2020 South Korean television series

It's Okay to Not Be Okay is a 2020 South Korean romantic comedy drama television series written by Jo Yong, directed by Park Shin-woo, and starring Kim Soo-hyun, Seo Yea-ji, and Oh Jung-se. The series follows Ko Moon-young, an antisocial children's book writer who moves to her hometown to pursue her love interest Moon Gang-tae, a psych ward caretaker, who has dedicated his life to taking care of his autistic older brother Moon Sang-tae. It aired on tvN from June 20 to August 9, 2020, every Saturday and Sunday at 21:00 (KST). It is also available for streaming on Netflix in selected regions.

According to Nielsen Korea, the series recorded an average nationwide TV viewership rating of 5.4%. It was the most popular show of 2020 in the romance genre on Netflix in South Korea. Critical response were primarily positive; some commentators criticized the writing in the latter half of the series but praised the acting by the cast.
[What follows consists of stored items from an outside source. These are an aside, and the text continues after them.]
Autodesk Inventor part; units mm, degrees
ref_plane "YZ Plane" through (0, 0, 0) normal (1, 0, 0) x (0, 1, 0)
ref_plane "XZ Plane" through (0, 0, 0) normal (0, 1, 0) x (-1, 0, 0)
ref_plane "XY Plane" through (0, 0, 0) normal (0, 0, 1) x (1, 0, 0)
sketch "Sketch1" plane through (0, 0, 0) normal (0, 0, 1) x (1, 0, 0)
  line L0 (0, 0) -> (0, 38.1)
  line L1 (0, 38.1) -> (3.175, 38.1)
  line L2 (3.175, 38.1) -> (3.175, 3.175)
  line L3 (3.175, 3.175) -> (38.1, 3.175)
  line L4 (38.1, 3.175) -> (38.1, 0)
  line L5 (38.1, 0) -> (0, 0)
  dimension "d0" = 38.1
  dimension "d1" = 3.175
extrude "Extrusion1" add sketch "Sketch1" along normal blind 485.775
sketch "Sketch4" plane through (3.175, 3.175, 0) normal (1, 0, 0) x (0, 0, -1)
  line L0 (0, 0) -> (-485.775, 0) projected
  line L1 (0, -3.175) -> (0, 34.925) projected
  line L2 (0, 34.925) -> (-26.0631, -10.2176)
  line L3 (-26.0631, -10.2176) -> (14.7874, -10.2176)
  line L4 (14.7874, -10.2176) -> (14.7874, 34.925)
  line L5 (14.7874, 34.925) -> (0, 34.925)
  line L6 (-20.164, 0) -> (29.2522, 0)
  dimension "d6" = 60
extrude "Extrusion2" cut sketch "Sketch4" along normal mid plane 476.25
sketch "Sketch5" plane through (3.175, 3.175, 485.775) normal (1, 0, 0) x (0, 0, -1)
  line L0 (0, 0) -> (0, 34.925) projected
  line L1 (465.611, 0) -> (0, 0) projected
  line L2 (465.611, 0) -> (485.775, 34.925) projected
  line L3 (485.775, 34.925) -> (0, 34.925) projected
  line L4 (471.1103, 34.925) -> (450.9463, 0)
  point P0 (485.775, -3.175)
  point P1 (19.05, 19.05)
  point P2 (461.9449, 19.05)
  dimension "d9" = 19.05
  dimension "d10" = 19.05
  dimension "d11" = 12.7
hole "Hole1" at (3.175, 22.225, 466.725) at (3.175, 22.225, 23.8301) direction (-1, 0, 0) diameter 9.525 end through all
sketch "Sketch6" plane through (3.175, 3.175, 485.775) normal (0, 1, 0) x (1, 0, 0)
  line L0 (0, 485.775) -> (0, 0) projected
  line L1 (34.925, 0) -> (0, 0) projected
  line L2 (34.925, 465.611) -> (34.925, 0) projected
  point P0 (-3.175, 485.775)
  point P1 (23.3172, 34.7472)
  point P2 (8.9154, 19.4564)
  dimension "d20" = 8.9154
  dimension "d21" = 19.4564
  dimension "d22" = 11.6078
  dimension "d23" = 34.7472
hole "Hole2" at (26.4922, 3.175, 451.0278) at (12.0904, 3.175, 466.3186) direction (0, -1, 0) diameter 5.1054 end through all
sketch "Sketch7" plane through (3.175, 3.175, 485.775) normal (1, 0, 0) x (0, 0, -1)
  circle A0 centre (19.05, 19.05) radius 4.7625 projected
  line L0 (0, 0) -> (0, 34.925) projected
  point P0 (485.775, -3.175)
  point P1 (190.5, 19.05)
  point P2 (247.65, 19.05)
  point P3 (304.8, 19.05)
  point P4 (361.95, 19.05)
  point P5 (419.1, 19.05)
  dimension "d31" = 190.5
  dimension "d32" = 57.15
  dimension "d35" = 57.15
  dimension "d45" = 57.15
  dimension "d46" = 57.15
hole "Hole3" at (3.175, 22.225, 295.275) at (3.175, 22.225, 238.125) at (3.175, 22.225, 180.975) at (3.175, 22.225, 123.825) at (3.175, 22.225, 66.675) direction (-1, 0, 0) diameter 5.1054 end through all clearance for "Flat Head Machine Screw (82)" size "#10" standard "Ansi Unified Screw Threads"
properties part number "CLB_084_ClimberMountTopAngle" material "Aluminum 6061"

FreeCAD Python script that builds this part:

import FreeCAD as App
import Part
import Sketcher
from FreeCAD import Vector
Q = App.Units.Quantity

doc = App.newDocument("Part")
body = doc.addObject("PartDesign::Body", "Body")

# Sketch on XY plane
sketch1 = doc.addObject("Sketcher::SketchObject", "Sketch")
body.addObject(sketch1)
sketch1.AttachmentSupport = (doc.XY_Plane, [""])
sketch1.MapMode = "FlatFace"
sketch1.addGeometry(Part.LineSegment(Vector(0, 38.1, 0), Vector(0, 0, 0)), False)
sketch1.addGeometry(Part.LineSegment(Vector(0, 0, 0), Vector(38.1, 0, 0)), False)
sketch1.addGeometry(Part.LineSegment(Vector(38.1, 0, 0), Vector(38.1, 3.175, 0)), False)
sketch1.addGeometry(Part.LineSegment(Vector(38.1, 3.175, 0), Vector(3.175, 3.175, 0)), False)
sketch1.addGeometry(Part.LineSegment(Vector(3.175, 3.175, 0), Vector(3.175, 38.1, 0)), False)
sketch1.addGeometry(Part.LineSegment(Vector(3.175, 38.1, 0), Vector(0, 38.1, 0)), False)
sketch1.addConstraint(Sketcher.Constraint("Coincident", 0, 2, 1, 1))
sketch1.addConstraint(Sketcher.Constraint("Coincident", 1, 2, 2, 1))
sketch1.addConstraint(Sketcher.Constraint("Coincident", 2, 2, 3, 1))
sketch1.addConstraint(Sketcher.Constraint("Coincident", 3, 2, 4, 1))
sketch1.addConstraint(Sketcher.Constraint("Coincident", 4, 2, 5, 1))
sketch1.addConstraint(Sketcher.Constraint("Coincident", 5, 2, 0, 1))
sketch1.addConstraint(Sketcher.Constraint("Vertical", 0))
sketch1.addConstraint(Sketcher.Constraint("Horizontal", 1))
sketch1.addConstraint(Sketcher.Constraint("Vertical", 2))
sketch1.addConstraint(Sketcher.Constraint("Horizontal", 3))
sketch1.addConstraint(Sketcher.Constraint("Vertical", 4))
sketch1.addConstraint(Sketcher.Constraint("Horizontal", 5))
sketch1.addConstraint(Sketcher.Constraint("Coincident", 0, 2, -1, 1))
sketch1.addConstraint(Sketcher.Constraint("Equal", 1, 0))
sketch1.addConstraint(Sketcher.Constraint("Equal", 5, 2))
sketch1.addConstraint(Sketcher.Constraint("DistanceX", 1, 1, 1, 2, Q("1.5 in")))
sketch1.addConstraint(Sketcher.Constraint("DistanceX", 5, 2, 5, 1, Q("0.125 in")))
pad1 = doc.addObject("PartDesign::Pad", "Pad")
body.addObject(pad1)
pad1.Profile = sketch1
pad1.Length = Q("19.125 in")

# Sketch on YZ plane
sketch2 = doc.addObject("Sketcher::SketchObject", "Sketch001")
body.addObject(sketch2)
sketch2.AttachmentSupport = (doc.YZ_Plane, [""])
sketch2.MapMode = "FlatFace"
sketch2.AttachmentOffset = App.Placement(Vector(0, 0, 0.125 * 25.4), App.Rotation())
sketch2.addGeometry(Part.LineSegment(Vector(-7.0426, -14.7874, 0), Vector(38.1, -14.7874, 0)), False)
sketch2.addGeometry(Part.LineSegment(Vector(38.1, -14.7874, 0), Vector(38.1, 0, 0)), False)
sketch2.addGeometry(Part.LineSegment(Vector(38.1, 0, 0), Vector(-7.0426, 26.0631, 0)), False)
sketch2.addGeometry(Part.LineSegment(Vector(-7.0426, 26.0631, 0), Vector(-7.0426, -14.7874, 0)), False)
sketch2.addConstraint(Sketcher.Constraint("Coincident", 0, 2, 1, 1))
sketch2.addConstraint(Sketcher.Constraint("Coincident", 1, 2, 2, 1))
sketch2.addConstraint(Sketcher.Constraint("Coincident", 2, 2, 3, 1))
sketch2.addConstraint(Sketcher.Constraint("Coincident", 3, 2, 0, 1))
sketch2.addConstraint(Sketcher.Constraint("Horizontal", 0))
sketch2.addConstraint(Sketcher.Constraint("Vertical", 1))
sketch2.addConstraint(Sketcher.Constraint("Vertical", 3))
sketch2.addConstraint(Sketcher.Constraint("PointOnObject", 1, 2, -1))
sketch2.addConstraint(Sketcher.Constraint("Angle", 2, Q("150 deg")))
sketch2.addConstraint(Sketcher.Constraint("DistanceX", -1, 1, 0, 2, Q("1.5 in")))
sketch2.addConstraint(Sketcher.Constraint("DistanceX", 0, 1, 0, 2, Q("45.1426 mm")))
sketch2.addConstraint(Sketcher.Constraint("DistanceY", 1, 1, 1, 2, Q("14.7874 mm")))
pocket1 = doc.addObject("PartDesign::Pocket", "Pocket")
body.addObject(pocket1)
pocket1.Profile = sketch2
pocket1.Length = Q("18.75 in")
pocket1.Midplane = True

# Sketch on YZ plane
sketch3 = doc.addObject("Sketcher::SketchObject", "Sketch002")
body.addObject(sketch3)
sketch3.AttachmentSupport = (doc.YZ_Plane, [""])
sketch3.MapMode = "FlatFace"
sketch3.AttachmentOffset = App.Placement(Vector(0, 0, 0.125 * 25.4), App.Rotation())
sketch3.addGeometry(Part.Circle(Vector(22.225, 466.725, 0), Vector(0, 0, 1), 4.7625), False)
sketch3.addGeometry(Part.Circle(Vector(22.225, 23.8301, 0), Vector(0, 0, 1), 4.7625), False)
sketch3.addConstraint(Sketcher.Constraint("Equal", 0, 1))
sketch3.addConstraint(Sketcher.Constraint("Vertical", 0, 3, 1, 3))
sketch3.addConstraint(Sketcher.Constraint("Diameter", 0, Q("0.375 in")))
sketch3.addConstraint(Sketcher.Constraint("DistanceX", -1, 1, 0, 3, Q("0.875 in")))
sketch3.addConstraint(Sketcher.Constraint("DistanceY", -1, 1, 0, 3, Q("18.375 in")))
sketch3.addConstraint(Sketcher.Constraint("DistanceY", -1, 1, 1, 3, Q("0.9382 in")))
doc.recompute()
hole = doc.addObject("PartDesign::Hole", "Hole")
body.addObject(hole)
hole.Profile = sketch3
hole.ThreadType = "None"
hole.Diameter = Q("0.375 in")
hole.DepthType = "ThroughAll"

# Sketch on XZ plane
sketch4 = doc.addObject("Sketcher::SketchObject", "Sketch003")
body.addObject(sketch4)
sketch4.AttachmentSupport = (doc.XZ_Plane, [""])
sketch4.MapMode = "FlatFace"
sketch4.AttachmentOffset = App.Placement(Vector(0, 0, -0.125 * 25.4), App.Rotation())
sketch4.addGeometry(Part.Circle(Vector(26.4922, 451.0278, 0), Vector(0, 0, 1), 2.5527), False)
sketch4.addGeometry(Part.Circle(Vector(12.0904, 466.3186, 0), Vector(0, 0, 1), 2.5527), False)
sketch4.addConstraint(Sketcher.Constraint("Equal", 0, 1))
sketch4.addConstraint(Sketcher.Constraint("Diameter", 0, Q("0.201 in")))
sketch4.addConstraint(Sketcher.Constraint("DistanceX", -1, 1, 0, 3, Q("1.043 in")))
sketch4.addConstraint(Sketcher.Constraint("DistanceY", -1, 1, 0, 3, Q("17.757 in")))
sketch4.addConstraint(Sketcher.Constraint("DistanceX", -1, 1, 1, 3, Q("0.476 in")))
sketch4.addConstraint(Sketcher.Constraint("DistanceY", -1, 1, 1, 3, Q("18.359 in")))
doc.recompute()
hole2 = doc.addObject("PartDesign::Hole", "Hole001")
body.addObject(hole2)
hole2.Profile = sketch4
hole2.ThreadType = "None"
hole2.Diameter = Q("0.201 in")
hole2.DepthType = "ThroughAll"
hole2.Reversed = True

# Sketch on YZ plane
sketch5 = doc.addObject("Sketcher::SketchObject", "Sketch004")
body.addObject(sketch5)
sketch5.AttachmentSupport = (doc.YZ_Plane, [""])
sketch5.MapMode = "FlatFace"
sketch5.AttachmentOffset = App.Placement(Vector(0, 0, 0.125 * 25.4), App.Rotation())
sketch5.addGeometry(Part.Circle(Vector(22.225, 295.275, 0), Vector(0, 0, 1), 2.5527), False)
sketch5.addGeometry(Part.Circle(Vector(22.225, 238.125, 0), Vector(0, 0, 1), 2.5527), False)
sketch5.addGeometry(Part.Circle(Vector(22.225, 180.975, 0), Vector(0, 0, 1), 2.5527), False)
sketch5.addGeometry(Part.Circle(Vector(22.225, 123.825, 0), Vector(0, 0, 1), 2.5527), False)
sketch5.addGeometry(Part.Circle(Vector(22.225, 66.675, 0), Vector(0, 0, 1), 2.5527), False)
sketch5.addConstraint(Sketcher.Constraint("Equal", 0, 1))
sketch5.addConstraint(Sketcher.Constraint("Equal", 1, 2))
sketch5.addConstraint(Sketcher.Constraint("Equal", 2, 3))
sketch5.addConstraint(Sketcher.Constraint("Equal", 3, 4))
sketch5.addConstraint(Sketcher.Constraint("Vertical", 0, 3, 1, 3))
sketch5.addConstraint(Sketcher.Constraint("Vertical", 1, 3, 2, 3))
sketch5.addConstraint(Sketcher.Constraint("Vertical", 2, 3, 3, 3))
sketch5.addConstraint(Sketcher.Constraint("Vertical", 3, 3, 4, 3))
sketch5.addConstraint(Sketcher.Constraint("Diameter", 0, Q("0.201 in")))
sketch5.addConstraint(Sketcher.Constraint("DistanceY", 4, 3, 0, 3, Q("9 in")))
sketch5.addConstraint(Sketcher.Constraint("DistanceY", 2, 3, 0, 3, Q("4.5 in")))
sketch5.addConstraint(Sketcher.Constraint("DistanceY", 3, 3, 1, 3, Q("4.5 in")))
sketch5.addConstraint(Sketcher.Constraint("DistanceY", 1, 3, 0, 3, Q("2.25 in")))
sketch5.addConstraint(Sketcher.Constraint("DistanceX", -1, 1, 0, 3, Q("0.875 in")))
sketch5.addConstraint(Sketcher.Constraint("DistanceY", -1, 1, 0, 3, Q("11.625 in")))
doc.recompute()
hole3 = doc.addObject("PartDesign::Hole", "Hole002")
body.addObject(hole3)
hole3.Profile = sketch5
hole3.ThreadType = "None"
hole3.Diameter = Q("0.201 in")
hole3.DepthType = "ThroughAll"

doc.recompute()
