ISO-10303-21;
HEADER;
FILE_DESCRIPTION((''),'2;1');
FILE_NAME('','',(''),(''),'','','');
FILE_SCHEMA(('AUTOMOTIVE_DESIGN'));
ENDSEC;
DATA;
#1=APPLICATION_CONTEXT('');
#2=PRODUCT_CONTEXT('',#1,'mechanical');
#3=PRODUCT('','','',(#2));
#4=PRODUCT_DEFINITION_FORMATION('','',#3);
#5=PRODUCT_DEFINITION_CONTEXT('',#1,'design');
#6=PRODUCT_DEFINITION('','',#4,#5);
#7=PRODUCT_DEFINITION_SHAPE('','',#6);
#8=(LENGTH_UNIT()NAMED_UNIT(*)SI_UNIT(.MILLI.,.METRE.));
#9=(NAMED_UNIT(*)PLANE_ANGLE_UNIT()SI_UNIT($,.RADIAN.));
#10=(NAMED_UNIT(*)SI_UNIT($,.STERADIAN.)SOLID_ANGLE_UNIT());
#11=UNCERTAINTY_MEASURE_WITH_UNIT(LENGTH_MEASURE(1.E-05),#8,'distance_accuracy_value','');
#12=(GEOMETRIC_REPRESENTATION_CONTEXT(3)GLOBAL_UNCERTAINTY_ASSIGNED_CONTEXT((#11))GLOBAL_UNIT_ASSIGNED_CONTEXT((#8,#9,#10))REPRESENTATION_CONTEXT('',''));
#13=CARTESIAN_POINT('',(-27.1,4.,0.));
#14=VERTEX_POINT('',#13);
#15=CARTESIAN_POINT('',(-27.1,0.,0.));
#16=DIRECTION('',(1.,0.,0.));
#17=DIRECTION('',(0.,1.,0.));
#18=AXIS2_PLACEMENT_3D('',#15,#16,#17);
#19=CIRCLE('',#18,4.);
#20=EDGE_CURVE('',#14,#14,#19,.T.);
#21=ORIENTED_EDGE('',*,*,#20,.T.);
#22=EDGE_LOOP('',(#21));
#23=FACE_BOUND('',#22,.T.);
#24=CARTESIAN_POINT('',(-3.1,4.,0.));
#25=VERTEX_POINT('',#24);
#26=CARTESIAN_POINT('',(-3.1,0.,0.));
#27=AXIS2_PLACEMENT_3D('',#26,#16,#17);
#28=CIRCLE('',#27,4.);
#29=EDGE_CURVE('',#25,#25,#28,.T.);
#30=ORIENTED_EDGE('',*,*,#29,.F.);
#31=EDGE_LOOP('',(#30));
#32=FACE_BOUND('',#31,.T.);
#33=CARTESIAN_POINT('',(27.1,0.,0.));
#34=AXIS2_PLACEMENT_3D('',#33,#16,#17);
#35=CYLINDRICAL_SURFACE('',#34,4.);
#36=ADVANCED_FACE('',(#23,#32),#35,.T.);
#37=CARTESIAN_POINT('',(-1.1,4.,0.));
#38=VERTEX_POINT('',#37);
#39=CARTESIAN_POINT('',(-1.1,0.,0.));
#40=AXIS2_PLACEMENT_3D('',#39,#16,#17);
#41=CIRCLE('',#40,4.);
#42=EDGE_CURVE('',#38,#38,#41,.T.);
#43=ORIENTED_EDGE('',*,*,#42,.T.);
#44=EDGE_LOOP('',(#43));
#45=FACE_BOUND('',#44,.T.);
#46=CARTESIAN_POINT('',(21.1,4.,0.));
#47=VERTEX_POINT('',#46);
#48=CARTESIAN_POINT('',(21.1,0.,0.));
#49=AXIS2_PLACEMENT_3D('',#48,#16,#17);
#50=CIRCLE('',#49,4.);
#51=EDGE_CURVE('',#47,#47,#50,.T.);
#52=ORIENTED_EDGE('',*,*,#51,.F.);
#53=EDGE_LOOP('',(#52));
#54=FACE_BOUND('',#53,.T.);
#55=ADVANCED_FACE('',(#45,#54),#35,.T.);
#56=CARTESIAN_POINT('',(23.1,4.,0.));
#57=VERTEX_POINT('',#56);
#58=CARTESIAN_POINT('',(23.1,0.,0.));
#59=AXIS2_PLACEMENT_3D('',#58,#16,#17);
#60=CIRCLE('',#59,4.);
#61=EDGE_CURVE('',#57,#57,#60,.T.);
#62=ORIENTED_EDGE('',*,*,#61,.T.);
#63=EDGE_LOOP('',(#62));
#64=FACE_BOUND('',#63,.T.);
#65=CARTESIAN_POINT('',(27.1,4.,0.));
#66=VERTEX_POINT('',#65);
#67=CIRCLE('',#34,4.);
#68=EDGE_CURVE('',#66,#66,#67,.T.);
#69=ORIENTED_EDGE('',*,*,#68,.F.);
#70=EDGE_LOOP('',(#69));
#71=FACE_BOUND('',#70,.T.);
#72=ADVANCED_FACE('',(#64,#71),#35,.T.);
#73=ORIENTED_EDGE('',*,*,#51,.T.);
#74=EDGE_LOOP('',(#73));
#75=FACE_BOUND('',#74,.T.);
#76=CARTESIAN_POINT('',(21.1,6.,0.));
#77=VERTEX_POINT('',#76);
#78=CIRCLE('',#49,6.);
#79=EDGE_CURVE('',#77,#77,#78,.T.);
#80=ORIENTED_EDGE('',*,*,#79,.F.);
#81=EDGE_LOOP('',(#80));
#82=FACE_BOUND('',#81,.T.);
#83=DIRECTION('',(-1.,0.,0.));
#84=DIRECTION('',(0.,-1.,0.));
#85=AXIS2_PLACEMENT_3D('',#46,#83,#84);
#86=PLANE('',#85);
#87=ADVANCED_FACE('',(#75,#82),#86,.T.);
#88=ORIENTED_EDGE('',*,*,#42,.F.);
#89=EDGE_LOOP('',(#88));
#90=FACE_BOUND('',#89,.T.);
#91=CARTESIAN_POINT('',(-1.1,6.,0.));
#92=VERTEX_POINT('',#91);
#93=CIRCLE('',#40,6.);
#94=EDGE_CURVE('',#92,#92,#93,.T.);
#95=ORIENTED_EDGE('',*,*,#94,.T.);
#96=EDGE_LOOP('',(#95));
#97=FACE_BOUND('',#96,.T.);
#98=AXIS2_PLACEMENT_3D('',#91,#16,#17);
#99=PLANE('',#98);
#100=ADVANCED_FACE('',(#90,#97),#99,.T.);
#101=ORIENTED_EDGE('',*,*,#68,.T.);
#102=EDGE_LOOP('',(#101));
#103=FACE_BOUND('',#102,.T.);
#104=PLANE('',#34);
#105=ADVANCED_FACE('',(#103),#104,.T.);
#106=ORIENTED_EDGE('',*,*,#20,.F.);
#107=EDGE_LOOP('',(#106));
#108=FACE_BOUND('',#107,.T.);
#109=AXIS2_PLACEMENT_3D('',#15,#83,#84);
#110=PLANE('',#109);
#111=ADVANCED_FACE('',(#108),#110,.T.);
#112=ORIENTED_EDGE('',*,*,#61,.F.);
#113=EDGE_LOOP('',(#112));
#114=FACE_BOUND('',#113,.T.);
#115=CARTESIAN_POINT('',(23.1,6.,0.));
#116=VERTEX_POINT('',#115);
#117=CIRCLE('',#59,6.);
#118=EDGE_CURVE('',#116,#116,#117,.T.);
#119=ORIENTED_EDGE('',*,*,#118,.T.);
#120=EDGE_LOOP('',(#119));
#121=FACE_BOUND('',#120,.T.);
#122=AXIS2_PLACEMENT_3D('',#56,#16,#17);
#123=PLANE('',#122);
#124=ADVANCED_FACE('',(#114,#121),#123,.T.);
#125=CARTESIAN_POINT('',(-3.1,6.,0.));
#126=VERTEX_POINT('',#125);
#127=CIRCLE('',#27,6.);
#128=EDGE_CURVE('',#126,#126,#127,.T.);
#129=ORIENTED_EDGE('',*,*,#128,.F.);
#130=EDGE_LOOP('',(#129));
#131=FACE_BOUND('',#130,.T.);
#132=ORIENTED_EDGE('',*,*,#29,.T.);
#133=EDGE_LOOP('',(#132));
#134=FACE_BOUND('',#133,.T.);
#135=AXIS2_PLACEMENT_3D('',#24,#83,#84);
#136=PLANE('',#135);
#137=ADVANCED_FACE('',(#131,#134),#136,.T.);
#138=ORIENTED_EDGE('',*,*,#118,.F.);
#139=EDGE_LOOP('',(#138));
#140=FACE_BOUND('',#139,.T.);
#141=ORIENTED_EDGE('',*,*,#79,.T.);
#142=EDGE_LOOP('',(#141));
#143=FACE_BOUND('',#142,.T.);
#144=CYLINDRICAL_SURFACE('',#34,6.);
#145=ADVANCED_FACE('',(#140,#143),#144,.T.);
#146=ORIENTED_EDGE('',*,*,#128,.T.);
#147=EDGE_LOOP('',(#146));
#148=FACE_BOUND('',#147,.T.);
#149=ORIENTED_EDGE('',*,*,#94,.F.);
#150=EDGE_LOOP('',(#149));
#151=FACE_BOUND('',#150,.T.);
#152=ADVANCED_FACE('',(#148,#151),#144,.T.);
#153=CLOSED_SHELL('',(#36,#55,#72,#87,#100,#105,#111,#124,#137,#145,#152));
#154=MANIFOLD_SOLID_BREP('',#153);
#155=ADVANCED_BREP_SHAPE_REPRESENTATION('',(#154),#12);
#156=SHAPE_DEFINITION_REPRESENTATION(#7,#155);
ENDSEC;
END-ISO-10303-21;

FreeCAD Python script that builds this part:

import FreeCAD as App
import Part
import Sketcher

V = App.Vector


def add_polygon(sketch, points):
    """Adds a closed chain of lines whose ends are joined by coincident constraints."""
    first, n = sketch.GeometryCount, len(points)
    for a, b in zip(points, points[1:] + points[:1]):
        sketch.addGeometry(Part.LineSegment(App.Vector(*a, 0), App.Vector(*b, 0)), False)
    for i in range(n):
        sketch.addConstraint(Sketcher.Constraint("Coincident", first + i, 2, first + (i + 1) % n, 1))

doc = App.newDocument("Part")
body = doc.addObject("PartDesign::Body", "Body")

# Sketch on XY plane
sketch1 = body.newObject("Sketcher::SketchObject", "Sketch")
sketch1.AttachmentSupport = (doc.getObject("XY_Plane"), [""])
sketch1.MapMode = "FlatFace"
add_polygon(sketch1, [(-3.1, 4), (-27.1, 4), (-27.1, 0), (27.1, 0), (27.1, 4), (23.1, 4), (23.1, 6), (21.1, 6), (21.1, 4), (-1.1, 4), (-1.1, 6), (-3.1, 6)])  # lines 0-11
sketch1.addConstraint([
    Sketcher.Constraint("Horizontal", 0),
    Sketcher.Constraint("Vertical", 1),
    Sketcher.Constraint("Horizontal", 2),
    Sketcher.Constraint("Vertical", 3),
    Sketcher.Constraint("Horizontal", 4),
    Sketcher.Constraint("Vertical", 5),
    Sketcher.Constraint("Horizontal", 6),
    Sketcher.Constraint("Vertical", 7),
    Sketcher.Constraint("Horizontal", 8),
    Sketcher.Constraint("Vertical", 9),
    Sketcher.Constraint("Horizontal", 10),
    Sketcher.Constraint("Vertical", 11),
    Sketcher.Constraint("Symmetric", 1, 2, 2, 2, -1, 1),
    Sketcher.Constraint("Horizontal", 0, 2, 3, 2),
    Sketcher.Constraint("Horizontal", 4, 2, 7, 2),
    Sketcher.Constraint("Horizontal", 6, 2, 9, 2),
    Sketcher.Constraint("Equal", 6, 10),
    Sketcher.Constraint("Equal", 4, 1),
    Sketcher.Constraint("Equal", 10, 5),
    Sketcher.Constraint("DistanceX", 0, 2, 0, 1, 24.0),
    Sketcher.Constraint("DistanceX", 4, 2, 4, 1, 4.0),
    Sketcher.Constraint("DistanceX", 6, 2, 6, 1, 2.0),
    Sketcher.Constraint("DistanceX", 2, 1, 2, 2, 54.2),
])
revolution = body.newObject("PartDesign::Revolution", "Revolution")
revolution.Profile = sketch1
revolution.ReferenceAxis = (sketch1, ["H_Axis"])
revolution.Angle = 360

doc.recompute()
The New York Times named It's Okay to Not Be Okay one of "The Best International Shows of 2020". At the 57th Baeksang Arts Awards, it received eight nominations with two wins (Best Supporting Actor – Television and Best Technical Achievement – Television for costume design). It received a nomination at the 49th International Emmy Awards in the Best TV Movie or Miniseries categories.

==Plot==
Moon Gang-tae lives with his older brother Moon Sang-tae, who has autism. They frequently move from town to town ever since Sang-tae witnessed their mother's murder. Gang-Tae works as a caregiver in a psychiatric ward at every place they settle in. While working in a hospital, he meets a famous children's book writer, Ko Moon-young, who is rumored to have antisocial personality disorder.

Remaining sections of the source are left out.